### WHAT THE TASK ASKS
From the line containing "line L1 (-22.8259, 85.1874)" down to the line containing "line L6 (62.3615, -62.3615)" in the records below, reproduce every line exactly, ends included, and omit all others.

### PROVIDED DATA
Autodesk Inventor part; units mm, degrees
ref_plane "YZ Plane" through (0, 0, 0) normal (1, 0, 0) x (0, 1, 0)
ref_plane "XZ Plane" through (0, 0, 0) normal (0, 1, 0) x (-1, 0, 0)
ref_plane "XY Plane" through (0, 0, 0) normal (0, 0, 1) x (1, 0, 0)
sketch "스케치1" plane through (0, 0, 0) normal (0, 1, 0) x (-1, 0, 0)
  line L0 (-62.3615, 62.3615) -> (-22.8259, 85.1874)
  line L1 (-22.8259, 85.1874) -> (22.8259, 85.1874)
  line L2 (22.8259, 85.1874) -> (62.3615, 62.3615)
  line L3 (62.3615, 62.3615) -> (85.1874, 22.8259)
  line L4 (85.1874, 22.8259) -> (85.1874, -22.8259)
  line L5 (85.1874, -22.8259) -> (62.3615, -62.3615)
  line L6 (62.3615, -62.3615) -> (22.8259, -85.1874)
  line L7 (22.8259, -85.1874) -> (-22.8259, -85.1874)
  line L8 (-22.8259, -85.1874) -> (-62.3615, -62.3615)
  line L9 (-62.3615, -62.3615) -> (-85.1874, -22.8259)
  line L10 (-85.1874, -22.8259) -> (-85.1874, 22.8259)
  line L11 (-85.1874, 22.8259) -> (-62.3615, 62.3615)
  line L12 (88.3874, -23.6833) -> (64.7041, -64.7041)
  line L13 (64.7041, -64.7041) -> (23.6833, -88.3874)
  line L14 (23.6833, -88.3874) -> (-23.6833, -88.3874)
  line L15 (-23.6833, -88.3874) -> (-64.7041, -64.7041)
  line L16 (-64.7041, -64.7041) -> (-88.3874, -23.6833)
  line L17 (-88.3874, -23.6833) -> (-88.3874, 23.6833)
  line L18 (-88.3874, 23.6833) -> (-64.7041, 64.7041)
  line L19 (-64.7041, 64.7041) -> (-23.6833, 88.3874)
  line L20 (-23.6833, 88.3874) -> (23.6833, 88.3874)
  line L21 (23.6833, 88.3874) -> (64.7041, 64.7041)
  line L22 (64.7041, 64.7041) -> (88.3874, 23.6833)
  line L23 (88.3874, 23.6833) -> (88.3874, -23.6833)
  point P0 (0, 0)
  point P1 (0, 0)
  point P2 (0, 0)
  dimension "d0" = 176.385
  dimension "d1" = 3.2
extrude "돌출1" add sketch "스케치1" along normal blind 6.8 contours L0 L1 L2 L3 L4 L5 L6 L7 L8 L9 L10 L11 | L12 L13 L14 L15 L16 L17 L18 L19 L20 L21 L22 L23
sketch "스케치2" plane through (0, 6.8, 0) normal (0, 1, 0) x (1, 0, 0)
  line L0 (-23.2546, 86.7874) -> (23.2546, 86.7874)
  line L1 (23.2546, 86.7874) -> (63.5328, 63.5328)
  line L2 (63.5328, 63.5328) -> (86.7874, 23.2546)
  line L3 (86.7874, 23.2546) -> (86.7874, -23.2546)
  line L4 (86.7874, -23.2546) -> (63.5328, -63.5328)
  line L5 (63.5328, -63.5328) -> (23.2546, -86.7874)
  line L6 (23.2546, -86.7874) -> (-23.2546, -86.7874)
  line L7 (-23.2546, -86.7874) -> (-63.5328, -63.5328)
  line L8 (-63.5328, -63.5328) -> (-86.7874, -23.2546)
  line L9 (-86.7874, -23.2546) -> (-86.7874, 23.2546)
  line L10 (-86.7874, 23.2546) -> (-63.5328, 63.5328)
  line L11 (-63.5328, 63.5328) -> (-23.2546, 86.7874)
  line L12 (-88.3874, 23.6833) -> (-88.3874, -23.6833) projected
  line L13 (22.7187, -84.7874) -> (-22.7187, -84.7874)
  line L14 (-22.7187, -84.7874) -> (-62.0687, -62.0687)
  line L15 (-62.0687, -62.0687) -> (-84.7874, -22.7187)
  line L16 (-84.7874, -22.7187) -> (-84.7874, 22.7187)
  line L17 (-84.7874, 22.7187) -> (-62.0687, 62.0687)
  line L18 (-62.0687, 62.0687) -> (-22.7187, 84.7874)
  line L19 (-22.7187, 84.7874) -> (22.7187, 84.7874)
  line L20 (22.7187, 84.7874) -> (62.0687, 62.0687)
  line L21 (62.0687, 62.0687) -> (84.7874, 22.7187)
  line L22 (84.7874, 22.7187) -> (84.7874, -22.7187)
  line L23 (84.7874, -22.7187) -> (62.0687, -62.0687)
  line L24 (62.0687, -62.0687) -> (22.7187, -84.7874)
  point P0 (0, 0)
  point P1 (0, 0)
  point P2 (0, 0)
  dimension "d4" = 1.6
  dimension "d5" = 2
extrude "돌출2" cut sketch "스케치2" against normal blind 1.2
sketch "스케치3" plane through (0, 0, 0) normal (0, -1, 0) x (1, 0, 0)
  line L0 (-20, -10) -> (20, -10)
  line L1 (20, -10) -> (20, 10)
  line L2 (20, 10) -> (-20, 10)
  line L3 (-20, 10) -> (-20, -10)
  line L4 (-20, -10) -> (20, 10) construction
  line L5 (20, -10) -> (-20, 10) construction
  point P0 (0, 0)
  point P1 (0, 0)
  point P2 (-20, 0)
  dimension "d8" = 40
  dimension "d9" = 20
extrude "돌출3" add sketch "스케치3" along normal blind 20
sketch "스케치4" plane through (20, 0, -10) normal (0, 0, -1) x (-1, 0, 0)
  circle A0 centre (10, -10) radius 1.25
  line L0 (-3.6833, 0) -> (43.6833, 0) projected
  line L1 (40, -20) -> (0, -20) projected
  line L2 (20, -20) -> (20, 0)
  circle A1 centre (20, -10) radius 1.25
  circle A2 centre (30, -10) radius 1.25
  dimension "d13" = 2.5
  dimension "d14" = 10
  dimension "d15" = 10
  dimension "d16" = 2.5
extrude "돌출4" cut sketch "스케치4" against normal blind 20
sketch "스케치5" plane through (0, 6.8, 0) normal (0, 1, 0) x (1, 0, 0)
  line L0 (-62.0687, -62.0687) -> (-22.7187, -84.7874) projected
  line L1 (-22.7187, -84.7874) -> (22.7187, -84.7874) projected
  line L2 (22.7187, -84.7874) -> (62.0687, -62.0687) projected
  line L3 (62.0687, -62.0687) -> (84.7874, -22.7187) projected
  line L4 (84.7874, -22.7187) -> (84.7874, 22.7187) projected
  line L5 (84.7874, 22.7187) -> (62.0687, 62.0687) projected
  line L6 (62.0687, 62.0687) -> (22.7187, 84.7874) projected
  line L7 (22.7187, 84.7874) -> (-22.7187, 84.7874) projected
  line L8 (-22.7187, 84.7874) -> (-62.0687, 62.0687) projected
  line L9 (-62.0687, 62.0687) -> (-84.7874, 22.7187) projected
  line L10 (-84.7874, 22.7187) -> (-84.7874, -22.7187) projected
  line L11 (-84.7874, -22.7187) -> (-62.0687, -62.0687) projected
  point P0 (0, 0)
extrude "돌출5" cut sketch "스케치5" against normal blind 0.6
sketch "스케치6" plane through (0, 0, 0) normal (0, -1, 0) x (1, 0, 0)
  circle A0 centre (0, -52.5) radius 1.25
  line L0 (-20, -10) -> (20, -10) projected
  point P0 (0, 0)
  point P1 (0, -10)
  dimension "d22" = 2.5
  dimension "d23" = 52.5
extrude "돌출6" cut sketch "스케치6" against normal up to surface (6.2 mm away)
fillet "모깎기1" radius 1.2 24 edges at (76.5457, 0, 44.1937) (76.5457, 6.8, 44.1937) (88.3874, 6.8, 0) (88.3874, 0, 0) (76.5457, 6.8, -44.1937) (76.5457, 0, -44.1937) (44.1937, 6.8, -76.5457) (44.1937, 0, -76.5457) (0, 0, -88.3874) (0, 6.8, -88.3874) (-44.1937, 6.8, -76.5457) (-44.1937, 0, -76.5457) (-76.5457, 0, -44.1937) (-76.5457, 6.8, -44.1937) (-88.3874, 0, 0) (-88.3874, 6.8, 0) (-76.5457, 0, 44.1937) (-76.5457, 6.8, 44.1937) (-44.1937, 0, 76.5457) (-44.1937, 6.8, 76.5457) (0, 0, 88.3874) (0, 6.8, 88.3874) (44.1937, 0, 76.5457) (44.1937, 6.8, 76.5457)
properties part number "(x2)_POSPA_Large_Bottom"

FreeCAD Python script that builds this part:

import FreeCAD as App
import Part
import Sketcher
from FreeCAD import Vector
Q = App.Units.Quantity


def edges_at(feature, points):
    """Names of the edges that pass closest to the given points."""
    edges = feature.Shape.Edges
    near = lambda p: min(range(len(edges)), key=lambda i: edges[i].distToShape(Part.Vertex(*p))[0])
    return sorted({f"Edge{near(p) + 1}" for p in points})


def add_polygon(sketch, points):
    """Adds a closed chain of lines whose ends are joined by coincident constraints."""
    first, n = sketch.GeometryCount, len(points)
    for a, b in zip(points, points[1:] + points[:1]):
        sketch.addGeometry(Part.LineSegment(App.Vector(*a, 0), App.Vector(*b, 0)), False)
    for i in range(n):
        sketch.addConstraint(Sketcher.Constraint("Coincident", first + i, 2, first + (i + 1) % n, 1))

doc = App.newDocument("Part")
body = doc.addObject("PartDesign::Body", "Body")

sketch1 = doc.addObject("Sketcher::SketchObject", "Sketch")
body.addObject(sketch1)
sketch1.AttachmentSupport = (doc.XZ_Plane, [""])
sketch1.MapMode = "FlatFace"
add_polygon(sketch1, [(-64.7041, -64.7041), (-88.3874, -23.6833), (-88.3874, 23.6833), (-64.7041, 64.7041), (-23.6833, 88.3874), (23.6833, 88.3874), (64.7041, 64.7041), (88.3874, 23.6833), (88.3874, -23.6833), (64.7041, -64.7041), (23.6833, -88.3874), (-23.6833, -88.3874)])
sketch1.addConstraint(Sketcher.Constraint("Vertical", 1))
sketch1.addConstraint(Sketcher.Constraint("Horizontal", 4))
sketch1.addConstraint(Sketcher.Constraint("Vertical", 7))
sketch1.addConstraint(Sketcher.Constraint("Horizontal", 10))
sketch1.addConstraint(Sketcher.Constraint("Symmetric", 0, 2, 6, 2, -1, 1))
sketch1.addConstraint(Sketcher.Constraint("Symmetric", 2, 2, 8, 2, -1, 1))
sketch1.addConstraint(Sketcher.Constraint("Symmetric", 3, 2, 9, 2, -1, 1))
sketch1.addConstraint(Sketcher.Constraint("Symmetric", 5, 2, 11, 2, -1, 1))
sketch1.addConstraint(Sketcher.Constraint("Symmetric", 2, 2, 5, 2, -2))
sketch1.addConstraint(Sketcher.Constraint("Perpendicular", 0, 3))
sketch1.addConstraint(Sketcher.Constraint("Perpendicular", 2, 5))
sketch1.addConstraint(Sketcher.Constraint("Perpendicular", 5, 8))
sketch1.addConstraint(Sketcher.Constraint("Perpendicular", 8, 11))
sketch1.addConstraint(Sketcher.Constraint("Horizontal", 1, 2, 6, 2))
sketch1.addConstraint(Sketcher.Constraint("Equal", 10, 1))
sketch1.addConstraint(Sketcher.Constraint("Equal", 2, 3))
sketch1.addConstraint(Sketcher.Constraint("Angle", 0, Q("120 deg")))
sketch1.addConstraint(Sketcher.Constraint("DistanceX", 4, 1, 4, 2, 47.3666))
sketch1.addConstraint(Sketcher.Constraint("DistanceX", 2, 2, -1, 1, 64.704))
pad1 = doc.addObject("PartDesign::Pad", "Pad")
body.addObject(pad1)
pad1.Profile = sketch1
pad1.Length = 6.8
pad1.Reversed = True

sketch2 = doc.addObject("Sketcher::SketchObject", "Sketch001")
body.addObject(sketch2)
sketch2.AttachmentSupport = (doc.XZ_Plane, [""])
sketch2.MapMode = "FlatFace"
sketch2.AttachmentOffset = App.Placement(Vector(0, 0, -6.8), App.Rotation())
add_polygon(sketch2, [(23.2546, -86.7874), (-23.2546, -86.7874), (-63.5328, -63.5328), (-86.7874, -23.2546), (-86.7874, 23.2546), (-63.5328, 63.5328), (-23.2546, 86.7874), (23.2546, 86.7874), (63.5328, 63.5328), (86.7874, 23.2546), (86.7874, -23.2546), (63.5328, -63.5328)])
add_polygon(sketch2, [(62.0687, 62.0687), (22.7187, 84.7874), (-22.7187, 84.7874), (-62.0687, 62.0687), (-84.7874, 22.7187), (-84.7874, -22.7187), (-62.0687, -62.0687), (-22.7187, -84.7874), (22.7187, -84.7874), (62.0687, -62.0687), (84.7874, -22.7187), (84.7874, 22.7187)])
sketch2.addConstraint(Sketcher.Constraint("Horizontal", 0))
sketch2.addConstraint(Sketcher.Constraint("Vertical", 3))
sketch2.addConstraint(Sketcher.Constraint("Horizontal", 6))
sketch2.addConstraint(Sketcher.Constraint("Vertical", 9))
sketch2.addConstraint(Sketcher.Constraint("Horizontal", 13))
sketch2.addConstraint(Sketcher.Constraint("Vertical", 16))
sketch2.addConstraint(Sketcher.Constraint("Horizontal", 19))
sketch2.addConstraint(Sketcher.Constraint("Vertical", 22))
sketch2.addConstraint(Sketcher.Constraint("Symmetric", 0, 2, 6, 2, -1, 1))
sketch2.addConstraint(Sketcher.Constraint("Symmetric", 1, 2, 7, 2, -1, 1))
sketch2.addConstraint(Sketcher.Constraint("Symmetric", 2, 2, 8, 2, -1, 1))
sketch2.addConstraint(Sketcher.Constraint("Symmetric", 4, 2, 10, 2, -1, 1))
sketch2.addConstraint(Sketcher.Constraint("Symmetric", 12, 2, 18, 2, -1, 1))
sketch2.addConstraint(Sketcher.Constraint("Symmetric", 14, 2, 20, 2, -1, 1))
sketch2.addConstraint(Sketcher.Constraint("Symmetric", 15, 2, 21, 2, -1, 1))
sketch2.addConstraint(Sketcher.Constraint("Symmetric", 17, 2, 23, 2, -1, 1))
sketch2.addConstraint(Sketcher.Constraint("Symmetric", 4, 2, 7, 2, -2))
sketch2.addConstraint(Sketcher.Constraint("Symmetric", 17, 2, 20, 2, -2))
sketch2.addConstraint(Sketcher.Constraint("Perpendicular", 1, 4))
sketch2.addConstraint(Sketcher.Constraint("Perpendicular", 2, 5))
sketch2.addConstraint(Sketcher.Constraint("Perpendicular", 7, 10))
sketch2.addConstraint(Sketcher.Constraint("Perpendicular", 8, 11))
sketch2.addConstraint(Sketcher.Constraint("Perpendicular", 10, 12))
sketch2.addConstraint(Sketcher.Constraint("Parallel", 11, 14))
sketch2.addConstraint(Sketcher.Constraint("Perpendicular", 12, 15))
sketch2.addConstraint(Sketcher.Constraint("Perpendicular", 14, 17))
sketch2.addConstraint(Sketcher.Constraint("Perpendicular", 17, 20))
sketch2.addConstraint(Sketcher.Constraint("Perpendicular", 20, 23))
sketch2.addConstraint(Sketcher.Constraint("Horizontal", 3, 2, 8, 2))
sketch2.addConstraint(Sketcher.Constraint("Equal", 6, 3))
sketch2.addConstraint(Sketcher.Constraint("Equal", 19, 16))
sketch2.addConstraint(Sketcher.Constraint("Equal", 1, 2))
sketch2.addConstraint(Sketcher.Constraint("Equal", 14, 15))
sketch2.addConstraint(Sketcher.Constraint("DistanceY", 12, 2, 6, 2, 2.0))
sketch2.addConstraint(Sketcher.Constraint("Angle", 1, Q("150 deg")))
sketch2.addConstraint(Sketcher.Constraint("DistanceX", 14, 2, 13, 2, 39.35))
sketch2.addConstraint(Sketcher.Constraint("DistanceX", 0, 2, 0, 1, 46.5092))
sketch2.addConstraint(Sketcher.Constraint("DistanceX", 13, 2, 13, 1, 45.4374))
pocket1 = doc.addObject("PartDesign::Pocket", "Pocket")
body.addObject(pocket1)
pocket1.Profile = sketch2
pocket1.Length = 1.2
pocket1.Reversed = True

sketch3 = doc.addObject("Sketcher::SketchObject", "Sketch002")
body.addObject(sketch3)
sketch3.AttachmentSupport = (doc.XZ_Plane, [""])
sketch3.MapMode = "FlatFace"
add_polygon(sketch3, [(-20, 10), (-20, -10), (20, -10), (20, 10)])
sketch3.addConstraint(Sketcher.Constraint("Vertical", 0))
sketch3.addConstraint(Sketcher.Constraint("Horizontal", 1))
sketch3.addConstraint(Sketcher.Constraint("Vertical", 2))
sketch3.addConstraint(Sketcher.Constraint("Horizontal", 3))
sketch3.addConstraint(Sketcher.Constraint("Symmetric", 0, 2, 2, 2, -1, 1))
sketch3.addConstraint(Sketcher.Constraint("DistanceX", 1, 1, 1, 2, 40.0))
sketch3.addConstraint(Sketcher.Constraint("DistanceY", 0, 2, 0, 1, 20.0))
pad2 = doc.addObject("PartDesign::Pad", "Pad001")
body.addObject(pad2)
pad2.Profile = sketch3
pad2.Length = 20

### RESPONSE
  line L1 (-22.8259, 85.1874) -> (22.8259, 85.1874)
  line L2 (22.8259, 85.1874) -> (62.3615, 62.3615)
  line L3 (62.3615, 62.3615) -> (85.1874, 22.8259)
  line L4 (85.1874, 22.8259) -> (85.1874, -22.8259)
  line L5 (85.1874, -22.8259) -> (62.3615, -62.3615)
  line L6 (62.3615, -62.3615) -> (22.8259, -85.1874)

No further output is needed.